# White Rice vs. Brown Rice



## Jonathan Randall (Mar 8, 2006)

I know that brown rice is supposed to be better for you than white rice; but, how much better is it actually for you? Is brown rice considered a health food? I'm cracking out my old steamer and am wondering which to buy.


----------



## Marvin (Mar 8, 2006)

Brown rice is a little better for you because it still has the inner husk of the rice grain on it, so you get some fiber and a few nutrients.


----------



## Shirt Ripper (Mar 8, 2006)

I haven't a clue.  I have heard this same thing for many years but have never encountered the evidence behind it.  If you find anything substantial share it with us...


----------



## Bigshadow (Mar 8, 2006)

Marvin said:
			
		

> Brown rice is a little better for you because it still has the inner husk of the rice grain on it, so you get some fiber and a few nutrients.


Agreed!  That is what I understand too.  White rice is bleached and pretty much is nothing more than nutrient and fiber free calorie filled starch.  Brown rice is good for you!  Not white rice.


----------



## White Fox (Mar 8, 2006)

Go for brown rice!! have it with miso soup very tasty and very good for you.


----------



## Shirt Ripper (Mar 8, 2006)

So it basically comes down to the old "processed" rule.  The less a food is processed, generally, the better off you are in eating it?  i.e. chicken breast instead of chicken nuggets.


----------



## Aqua4ever (Mar 8, 2006)

I like the taste of Brown rice better too...
I've always heard Brown is better for the same reasons Marvin said...but i'm not sure how much better. If the rest of your diet is healthy, and you prefer white, I'm not sure it's that big of a deal. If you like brown, you might as well get the health-benifits, no matter how mild
Aqua


----------



## Jonathan Randall (Mar 8, 2006)

*Thanks all!*


----------



## Bob Hubbard (Mar 8, 2006)

Try Quinoa.
http://en.wikipedia.org/wiki/Quinoa

It's pretty good.


----------



## bdparsons (Mar 8, 2006)

Yep, brown rice is definitely the way to "go".


----------



## terryl965 (Mar 8, 2006)

Brown rice helps withall the extra ingediants in it like rice, no just kidding it has more vitamins since the husk is still in place.
Terry


----------



## Soldier (Mar 27, 2006)

Bob Hubbard said:
			
		

> Try Quinoa.
> http://en.wikipedia.org/wiki/Quinoa
> 
> It's pretty good.


 
I agree with Bob, 
Quinoa (Kinwa), Amaranth, Buckwheat and Millet. 
I guess the Rice farmers are not mad. lol


----------



## luigi_m_ (Mar 28, 2006)

Aparantly the carb's in brown rice and slow-burning than white rice, making it more suitable for people who have a busier/more active lifestyle. I'm not sure what benefits there are in wild rice, but the lady in the health store told me it's good...

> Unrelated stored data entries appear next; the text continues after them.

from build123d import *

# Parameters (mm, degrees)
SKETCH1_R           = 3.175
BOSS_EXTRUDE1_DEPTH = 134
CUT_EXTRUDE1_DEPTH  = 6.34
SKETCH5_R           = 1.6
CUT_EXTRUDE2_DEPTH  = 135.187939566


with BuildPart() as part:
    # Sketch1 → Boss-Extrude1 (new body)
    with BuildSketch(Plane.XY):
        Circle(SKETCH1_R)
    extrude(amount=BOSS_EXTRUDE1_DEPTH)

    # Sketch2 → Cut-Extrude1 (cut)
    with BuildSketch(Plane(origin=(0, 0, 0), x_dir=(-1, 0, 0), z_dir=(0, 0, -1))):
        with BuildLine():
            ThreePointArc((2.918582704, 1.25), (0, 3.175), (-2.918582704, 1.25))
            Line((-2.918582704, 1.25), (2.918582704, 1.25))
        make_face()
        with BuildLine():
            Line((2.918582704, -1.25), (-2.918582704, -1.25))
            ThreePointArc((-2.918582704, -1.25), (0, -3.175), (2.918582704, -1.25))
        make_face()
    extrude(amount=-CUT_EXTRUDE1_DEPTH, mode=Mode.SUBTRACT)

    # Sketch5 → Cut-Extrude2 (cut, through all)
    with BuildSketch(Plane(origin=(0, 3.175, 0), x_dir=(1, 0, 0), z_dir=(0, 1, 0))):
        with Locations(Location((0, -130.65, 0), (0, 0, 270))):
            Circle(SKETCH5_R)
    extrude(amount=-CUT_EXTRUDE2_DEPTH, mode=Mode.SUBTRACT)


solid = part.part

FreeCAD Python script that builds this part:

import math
import FreeCAD as App
import Part
import Sketcher
from FreeCAD import Vector
Q = App.Units.Quantity

doc = App.newDocument("Part")
body = doc.addObject("PartDesign::Body", "Body")

sketch1 = body.newObject("Sketcher::SketchObject", "Sketch")
sketch1.AttachmentSupport = (doc.getObject("XY_Plane"), [""])
sketch1.MapMode = "FlatFace"
sketch1.addGeometry(Part.Circle(Vector(0, 0, 0), Vector(0, 0, 1), 3.2), False)
sketch1.addConstraint(Sketcher.Constraint("Coincident", 0, 3, -1, 1))
sketch1.addConstraint(Sketcher.Constraint("Diameter", 0, Q("6.35 mm")))
pad1 = body.newObject("PartDesign::Pad", "Pad")
pad1.Profile = sketch1
pad1.Length = 134

sketch2 = body.newObject("Sketcher::SketchObject", "Sketch001")
sketch2.AttachmentSupport = (doc.getObject("XY_Plane"), [""])
sketch2.MapMode = "FlatFace"
sketch2.addGeometry(Part.ArcOfCircle(Part.Circle(Vector(0, 0, 0), Vector(0, 0, 1), 3.2), math.radians(23), math.radians(157)), False)
sketch2.addGeometry(Part.LineSegment(Vector(2.9, 1.2, 0), Vector(-2.9, 1.2, 0)), False)
sketch2.addGeometry(Part.LineSegment(Vector(-2.9, -1.2, 0), Vector(2.9, -1.2, 0)), False)
sketch2.addGeometry(Part.ArcOfCircle(Part.Circle(Vector(0, 0, 0), Vector(0, 0, 1), 3.2), math.radians(-157), math.radians(-23)), False)
sketch2.addConstraint(Sketcher.Constraint("Coincident", 0, 1, 1, 1))
sketch2.addConstraint(Sketcher.Constraint("Coincident", 1, 2, 0, 2))
sketch2.addConstraint(Sketcher.Constraint("Coincident", 2, 1, 3, 1))
sketch2.addConstraint(Sketcher.Constraint("Coincident", 3, 2, 2, 2))
sketch2.addConstraint(Sketcher.Constraint("Horizontal", 1))
sketch2.addConstraint(Sketcher.Constraint("Horizontal", 2))
sketch2.addConstraint(Sketcher.Constraint("Coincident", 0, 3, -1, 1))
sketch2.addConstraint(Sketcher.Constraint("Coincident", 3, 3, -1, 1))
sketch2.addConstraint(Sketcher.Constraint("Equal", 0, 3))
sketch2.addConstraint(Sketcher.Constraint("Vertical", 1, 2, 2, 1))
sketch2.addConstraint(Sketcher.Constraint("Radius", 0, Q("3.175 mm")))
sketch2.addConstraint(Sketcher.Constraint("DistanceY", 2, 1, 1, 2, Q("2.5 mm")))
pocket1 = body.newObject("PartDesign::Pocket", "Pocket")
pocket1.Profile = sketch2
pocket1.Length = 6.34
pocket1.Reversed = True

sketch3 = body.newObject("Sketcher::SketchObject", "Sketch002")
sketch3.AttachmentSupport = (doc.getObject("XZ_Plane"), [""])
sketch3.MapMode = "FlatFace"
sketch3.AttachmentOffset = App.Placement(Vector(0, 0, -3.175), App.Rotation())
sketch3.addGeometry(Part.Circle(Vector(0, 130.7, 0), Vector(0, 0, 1), 1.6), False)
sketch3.addConstraint(Sketcher.Constraint("PointOnObject", 0, 3, -2))
sketch3.addConstraint(Sketcher.Constraint("Diameter", 0, Q("3.2 mm")))
sketch3.addConstraint(Sketcher.Constraint("DistanceY", -1, 1, 0, 3, Q("130.65 mm")))
pocket2 = body.newObject("PartDesign::Pocket", "Pocket001")
pocket2.Profile = sketch3
pocket2.Type = "ThroughAll"
pocket2.Reversed = True

doc.recompute()
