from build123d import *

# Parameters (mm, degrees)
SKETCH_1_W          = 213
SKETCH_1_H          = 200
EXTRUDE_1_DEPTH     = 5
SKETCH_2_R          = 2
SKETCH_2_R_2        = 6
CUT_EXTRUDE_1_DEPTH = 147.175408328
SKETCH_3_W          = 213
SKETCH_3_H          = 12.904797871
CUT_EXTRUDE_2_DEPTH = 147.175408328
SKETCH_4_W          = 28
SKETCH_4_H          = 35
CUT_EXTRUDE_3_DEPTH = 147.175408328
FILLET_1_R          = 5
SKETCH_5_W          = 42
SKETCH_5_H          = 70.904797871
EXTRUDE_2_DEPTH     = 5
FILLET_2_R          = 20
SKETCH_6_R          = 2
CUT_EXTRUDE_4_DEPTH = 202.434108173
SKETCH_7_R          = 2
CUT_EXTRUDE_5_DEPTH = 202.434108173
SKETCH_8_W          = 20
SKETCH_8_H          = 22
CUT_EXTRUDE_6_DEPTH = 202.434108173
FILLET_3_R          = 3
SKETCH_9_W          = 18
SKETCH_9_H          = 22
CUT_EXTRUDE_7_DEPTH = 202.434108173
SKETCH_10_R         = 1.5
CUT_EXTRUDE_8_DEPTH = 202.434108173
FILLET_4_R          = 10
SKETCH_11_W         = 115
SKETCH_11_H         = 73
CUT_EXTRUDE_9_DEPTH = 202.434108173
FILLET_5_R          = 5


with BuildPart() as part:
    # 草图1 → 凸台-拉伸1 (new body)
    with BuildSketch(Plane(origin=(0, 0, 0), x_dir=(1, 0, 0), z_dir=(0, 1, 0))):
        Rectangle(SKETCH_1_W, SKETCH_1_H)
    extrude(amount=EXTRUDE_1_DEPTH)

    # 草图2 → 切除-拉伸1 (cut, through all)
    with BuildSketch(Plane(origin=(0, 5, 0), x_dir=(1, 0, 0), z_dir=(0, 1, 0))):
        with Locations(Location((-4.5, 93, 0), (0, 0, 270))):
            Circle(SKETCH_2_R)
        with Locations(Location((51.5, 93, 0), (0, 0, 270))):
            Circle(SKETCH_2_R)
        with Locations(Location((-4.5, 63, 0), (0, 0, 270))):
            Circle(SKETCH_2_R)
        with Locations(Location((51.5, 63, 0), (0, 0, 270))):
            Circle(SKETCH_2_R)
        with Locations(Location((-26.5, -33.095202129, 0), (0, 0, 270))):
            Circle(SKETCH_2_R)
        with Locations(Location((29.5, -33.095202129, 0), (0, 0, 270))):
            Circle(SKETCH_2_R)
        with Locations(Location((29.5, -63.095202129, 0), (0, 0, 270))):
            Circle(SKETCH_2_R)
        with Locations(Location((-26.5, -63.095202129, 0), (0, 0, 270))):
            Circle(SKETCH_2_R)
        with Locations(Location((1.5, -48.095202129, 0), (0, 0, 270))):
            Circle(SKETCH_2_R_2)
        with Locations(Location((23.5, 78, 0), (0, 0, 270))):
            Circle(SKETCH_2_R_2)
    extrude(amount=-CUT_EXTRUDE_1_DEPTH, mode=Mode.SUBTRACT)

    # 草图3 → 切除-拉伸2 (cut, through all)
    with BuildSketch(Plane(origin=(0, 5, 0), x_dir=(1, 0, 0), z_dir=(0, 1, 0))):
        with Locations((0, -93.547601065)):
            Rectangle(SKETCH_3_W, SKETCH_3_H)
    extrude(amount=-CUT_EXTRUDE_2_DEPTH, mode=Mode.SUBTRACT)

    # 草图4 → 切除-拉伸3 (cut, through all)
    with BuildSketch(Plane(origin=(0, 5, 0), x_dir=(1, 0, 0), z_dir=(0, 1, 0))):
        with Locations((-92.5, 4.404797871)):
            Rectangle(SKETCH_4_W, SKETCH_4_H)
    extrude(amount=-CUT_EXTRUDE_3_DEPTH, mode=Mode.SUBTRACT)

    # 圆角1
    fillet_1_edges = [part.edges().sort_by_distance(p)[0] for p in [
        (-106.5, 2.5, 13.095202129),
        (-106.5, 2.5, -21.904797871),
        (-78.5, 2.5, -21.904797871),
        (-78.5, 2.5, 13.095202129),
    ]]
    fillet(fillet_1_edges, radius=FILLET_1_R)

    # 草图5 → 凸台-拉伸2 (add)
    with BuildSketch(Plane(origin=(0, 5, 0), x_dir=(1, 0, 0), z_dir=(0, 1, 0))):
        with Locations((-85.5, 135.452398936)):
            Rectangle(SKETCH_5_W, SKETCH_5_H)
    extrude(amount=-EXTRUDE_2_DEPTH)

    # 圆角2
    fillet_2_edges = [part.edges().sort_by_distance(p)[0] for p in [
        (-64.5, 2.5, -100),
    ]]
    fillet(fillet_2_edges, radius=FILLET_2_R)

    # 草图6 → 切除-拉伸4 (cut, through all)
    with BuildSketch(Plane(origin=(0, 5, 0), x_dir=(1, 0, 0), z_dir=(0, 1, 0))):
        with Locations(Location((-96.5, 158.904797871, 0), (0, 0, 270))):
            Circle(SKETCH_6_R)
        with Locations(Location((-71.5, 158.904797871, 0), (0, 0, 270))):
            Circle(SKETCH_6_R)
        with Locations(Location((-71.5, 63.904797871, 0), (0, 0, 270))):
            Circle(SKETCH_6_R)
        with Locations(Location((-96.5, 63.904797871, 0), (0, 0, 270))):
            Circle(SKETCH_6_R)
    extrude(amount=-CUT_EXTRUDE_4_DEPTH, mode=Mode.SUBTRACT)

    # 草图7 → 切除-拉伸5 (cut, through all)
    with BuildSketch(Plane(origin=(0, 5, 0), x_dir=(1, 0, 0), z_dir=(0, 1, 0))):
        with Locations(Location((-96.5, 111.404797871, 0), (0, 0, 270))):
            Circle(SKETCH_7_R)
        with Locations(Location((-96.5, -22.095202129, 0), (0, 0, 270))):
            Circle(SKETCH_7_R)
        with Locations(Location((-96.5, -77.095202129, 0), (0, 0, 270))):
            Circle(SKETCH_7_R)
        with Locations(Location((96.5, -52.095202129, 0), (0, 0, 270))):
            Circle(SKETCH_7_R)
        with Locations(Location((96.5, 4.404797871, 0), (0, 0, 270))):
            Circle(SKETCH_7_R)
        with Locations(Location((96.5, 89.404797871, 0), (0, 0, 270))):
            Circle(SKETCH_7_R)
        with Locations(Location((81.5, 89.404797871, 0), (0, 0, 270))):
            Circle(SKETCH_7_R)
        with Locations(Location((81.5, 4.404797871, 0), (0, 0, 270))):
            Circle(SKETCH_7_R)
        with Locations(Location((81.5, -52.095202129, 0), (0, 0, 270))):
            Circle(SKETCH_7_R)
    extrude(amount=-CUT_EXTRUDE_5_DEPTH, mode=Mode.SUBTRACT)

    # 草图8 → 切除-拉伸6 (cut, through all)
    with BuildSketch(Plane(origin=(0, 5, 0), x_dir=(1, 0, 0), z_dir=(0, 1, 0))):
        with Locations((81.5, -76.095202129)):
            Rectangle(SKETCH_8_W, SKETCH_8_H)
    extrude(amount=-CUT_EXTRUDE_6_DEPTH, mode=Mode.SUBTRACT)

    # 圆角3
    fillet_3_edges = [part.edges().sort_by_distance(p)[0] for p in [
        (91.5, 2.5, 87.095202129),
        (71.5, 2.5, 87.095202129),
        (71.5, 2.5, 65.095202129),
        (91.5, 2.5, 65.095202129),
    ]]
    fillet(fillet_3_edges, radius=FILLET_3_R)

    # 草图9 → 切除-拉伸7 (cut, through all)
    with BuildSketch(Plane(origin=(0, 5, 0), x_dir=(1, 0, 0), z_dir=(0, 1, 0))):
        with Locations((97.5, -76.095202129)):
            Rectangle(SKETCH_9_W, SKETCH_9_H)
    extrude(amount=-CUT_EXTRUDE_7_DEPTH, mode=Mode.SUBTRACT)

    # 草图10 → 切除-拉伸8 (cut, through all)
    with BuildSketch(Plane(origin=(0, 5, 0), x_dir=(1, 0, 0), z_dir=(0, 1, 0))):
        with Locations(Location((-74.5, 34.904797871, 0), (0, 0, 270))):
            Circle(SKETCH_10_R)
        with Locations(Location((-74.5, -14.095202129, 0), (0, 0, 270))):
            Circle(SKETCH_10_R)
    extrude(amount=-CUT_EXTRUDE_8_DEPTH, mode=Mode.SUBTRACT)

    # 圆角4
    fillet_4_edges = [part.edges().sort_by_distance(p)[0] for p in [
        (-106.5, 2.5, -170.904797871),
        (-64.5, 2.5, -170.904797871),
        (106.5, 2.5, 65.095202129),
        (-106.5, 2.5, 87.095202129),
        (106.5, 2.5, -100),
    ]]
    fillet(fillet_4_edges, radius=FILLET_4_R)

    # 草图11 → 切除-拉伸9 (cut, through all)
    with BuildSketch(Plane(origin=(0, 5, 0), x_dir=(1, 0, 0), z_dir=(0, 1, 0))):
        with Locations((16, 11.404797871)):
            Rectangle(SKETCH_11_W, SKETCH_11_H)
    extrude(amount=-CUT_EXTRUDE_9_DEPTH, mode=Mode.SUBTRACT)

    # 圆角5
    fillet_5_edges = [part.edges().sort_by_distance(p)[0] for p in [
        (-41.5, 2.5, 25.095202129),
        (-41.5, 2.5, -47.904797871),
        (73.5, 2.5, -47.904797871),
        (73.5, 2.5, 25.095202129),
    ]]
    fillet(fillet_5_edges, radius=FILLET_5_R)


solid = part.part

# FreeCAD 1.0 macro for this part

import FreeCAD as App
import Part
import Sketcher

V = App.Vector


def edges_at(feature, points):
    """Names of the edges that pass closest to the given points."""
    edges = feature.Shape.Edges
    near = lambda p: min(range(len(edges)), key=lambda i: edges[i].distToShape(Part.Vertex(*p))[0])
    return sorted({f"Edge{near(p) + 1}" for p in points})


def add_polygon(sketch, points):
    """Adds a closed chain of lines whose ends are joined by coincident constraints."""
    first, n = sketch.GeometryCount, len(points)
    for a, b in zip(points, points[1:] + points[:1]):
        sketch.addGeometry(Part.LineSegment(App.Vector(*a, 0), App.Vector(*b, 0)), False)
    for i in range(n):
        sketch.addConstraint(Sketcher.Constraint("Coincident", first + i, 2, first + (i + 1) % n, 1))

doc = App.newDocument("Part")
body = doc.addObject("PartDesign::Body", "Body")

sketch1 = doc.addObject("Sketcher::SketchObject", "Sketch")
body.addObject(sketch1)
sketch1.AttachmentSupport = (doc.XZ_Plane, [""])
sketch1.MapMode = "FlatFace"
add_polygon(sketch1, [(-106.5, -100), (-106.5, 100), (106.5, 100), (106.5, -100)])
sketch1.addConstraint([
    Sketcher.Constraint("Vertical", 0),
    Sketcher.Constraint("Horizontal", 1),
    Sketcher.Constraint("Vertical", 2),
    Sketcher.Constraint("Horizontal", 3),
    Sketcher.Constraint("Symmetric", 0, 2, 2, 2, -1, 1),
    Sketcher.Constraint("DistanceX", 1, 1, 1, 2, 213.0),
    Sketcher.Constraint("DistanceY", 0, 1, 0, 2, 200.0),
])
pad1 = doc.addObject("PartDesign::Pad", "Pad")
body.addObject(pad1)
pad1.Profile = sketch1
pad1.Length = 5
pad1.Reversed = True

sketch2 = doc.addObject("Sketcher::SketchObject", "Sketch001")
body.addObject(sketch2)
sketch2.AttachmentSupport = (doc.XZ_Plane, [""])
sketch2.MapMode = "FlatFace"
sketch2.AttachmentOffset = App.Placement(V(0, 0, -5), App.Rotation())
sketch2.addGeometry([
    Part.Circle(V(-4.5, -93, 0), V(0, 0, 1), 2),
    Part.Circle(V(51.5, -93, 0), V(0, 0, 1), 2),
    Part.Circle(V(-4.5, -63, 0), V(0, 0, 1), 2),
    Part.Circle(V(51.5, -63, 0), V(0, 0, 1), 2),
    Part.Circle(V(-26.5, 33.095202, 0), V(0, 0, 1), 2),
    Part.Circle(V(29.5, 33.095202, 0), V(0, 0, 1), 2),
    Part.Circle(V(29.5, 63.095202, 0), V(0, 0, 1), 2),
    Part.Circle(V(-26.5, 63.095202, 0), V(0, 0, 1), 2),
    Part.Circle(V(1.5, 48.095202, 0), V(0, 0, 1), 6),
    Part.Circle(V(23.5, -78, 0), V(0, 0, 1), 6),
], False)
sketch2.addConstraint([
    Sketcher.Constraint("Equal", 0, 1),
    Sketcher.Constraint("Equal", 1, 2),
    Sketcher.Constraint("Equal", 2, 3),
    Sketcher.Constraint("Equal", 3, 4),
    Sketcher.Constraint("Equal", 4, 5),
    Sketcher.Constraint("Equal", 5, 6),
    Sketcher.Constraint("Equal", 6, 7),
    Sketcher.Constraint("Equal", 8, 9),
    Sketcher.Constraint("Horizontal", 0, 3, 1, 3),
    Sketcher.Constraint("Horizontal", 2, 3, 3, 3),
    Sketcher.Constraint("Horizontal", 4, 3, 5, 3),
    Sketcher.Constraint("Horizontal", 6, 3, 7, 3),
    Sketcher.Constraint("Vertical", 0, 3, 2, 3),
    Sketcher.Constraint("Vertical", 1, 3, 3, 3),
    Sketcher.Constraint("Vertical", 5, 3, 6, 3),
    Sketcher.Constraint("Vertical", 4, 3, 7, 3),
    Sketcher.Constraint("Diameter", 0, 4.0),
    Sketcher.Constraint("Diameter", 8, 12.0),
    Sketcher.Constraint("DistanceY", 0, 3, -1, 1, 93.0),
    Sketcher.Constraint("DistanceY", 2, 3, -1, 1, 63.0),
    Sketcher.Constraint("DistanceY", 9, 3, -1, 1, 78.0),
    Sketcher.Constraint("DistanceX", 0, 3, 1, 3, 56.0),
    Sketcher.Constraint("DistanceX", 4, 3, 2, 3, 22.0),
    Sketcher.Constraint("DistanceX", 4, 3, 5, 3, 56.0),
    Sketcher.Constraint("DistanceY", 5, 3, 6, 3, 30.0),
    Sketcher.Constraint("DistanceX", 4, 3, 8, 3, 28.0),
    Sketcher.Constraint("DistanceY", 4, 3, 8, 3, 15.0),
    Sketcher.Constraint("DistanceX", 0, 3, 9, 3, 28.0),
    Sketcher.Constraint("DistanceX", 0, 3, -1, 1, 4.5),
    Sketcher.Constraint("DistanceY", -1, 1, 4, 3, 33.095202),
])
pocket1 = doc.addObject("PartDesign::Pocket", "Pocket")
body.addObject(pocket1)
pocket1.Profile = sketch2
pocket1.Type = "ThroughAll"
pocket1.Reversed = True

sketch3 = doc.addObject("Sketcher::SketchObject", "Sketch002")
body.addObject(sketch3)
sketch3.AttachmentSupport = (doc.XZ_Plane, [""])
sketch3.MapMode = "FlatFace"
sketch3.AttachmentOffset = App.Placement(V(0, 0, -5), App.Rotation())
add_polygon(sketch3, [(-106.5, 87.095202), (-106.5, 100), (106.5, 100), (106.5, 87.095202)])
sketch3.addConstraint([
    Sketcher.Constraint("Vertical", 0),
    Sketcher.Constraint("Horizontal", 1),
    Sketcher.Constraint("Vertical", 2),
    Sketcher.Constraint("Horizontal", 3),
    Sketcher.Constraint("DistanceX", 1, 1, 1, 2, 213.0),
    Sketcher.Constraint("DistanceY", -1, 1, 0, 2, 100.0),
    Sketcher.Constraint("DistanceX", 0, 2, -1, 1, 106.5),
    Sketcher.Constraint("DistanceY", 0, 1, 0, 2, 12.904798),
])
pocket2 = doc.addObject("PartDesign::Pocket", "Pocket001")
body.addObject(pocket2)
pocket2.Profile = sketch3
pocket2.Type = "ThroughAll"
pocket2.Reversed = True

sketch4 = doc.addObject("Sketcher::SketchObject", "Sketch003")
body.addObject(sketch4)
sketch4.AttachmentSupport = (doc.XZ_Plane, [""])
sketch4.MapMode = "FlatFace"
sketch4.AttachmentOffset = App.Placement(V(0, 0, -5), App.Rotation())
add_polygon(sketch4, [(-106.5, -21.904798), (-106.5, 13.095202), (-78.5, 13.095202), (-78.5, -21.904798)])
sketch4.addConstraint([
    Sketcher.Constraint("Vertical", 0),
    Sketcher.Constraint("Horizontal", 1),
    Sketcher.Constraint("Vertical", 2),
    Sketcher.Constraint("Horizontal", 3),
    Sketcher.Constraint("DistanceX", 1, 1, 1, 2, 28.0),
    Sketcher.Constraint("DistanceY", 0, 1, 0, 2, 35.0),
    Sketcher.Constraint("DistanceX", 0, 2, -1, 1, 106.5),
    Sketcher.Constraint("DistanceY", -1, 1, 0, 2, 13.095202),
])
pocket3 = doc.addObject("PartDesign::Pocket", "Pocket002")
body.addObject(pocket3)
pocket3.Profile = sketch4
pocket3.Type = "ThroughAll"
pocket3.Reversed = True
doc.recompute()

fillet = doc.addObject("PartDesign::Fillet", "Fillet")
body.addObject(fillet)
fillet.Base = (pocket3, edges_at(pocket3, [
    (-106.5, 2.5, 13.095),
    (-106.5, 2.5, -21.905),
    (-78.5, 2.5, -21.905),
    (-78.5, 2.5, 13.095),
]))
fillet.Radius = 5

Personally, I prefer Spanish Rice. It's higher in fat and calories, but it tastes so damn good prepared as Paella with seafood or beef.


----------



## TigerWoman (Mar 28, 2006)

Brown rice is better.  In M'sota we like our wild rice as well.  Looks dark brown to almost black.  It's really great in soups.  Most food is judged on color.  Bleached, faded or off color-not good as the natural state is changed by man or point of greatest nutrients/taste has passed or never got there-like in pink tomatoes. 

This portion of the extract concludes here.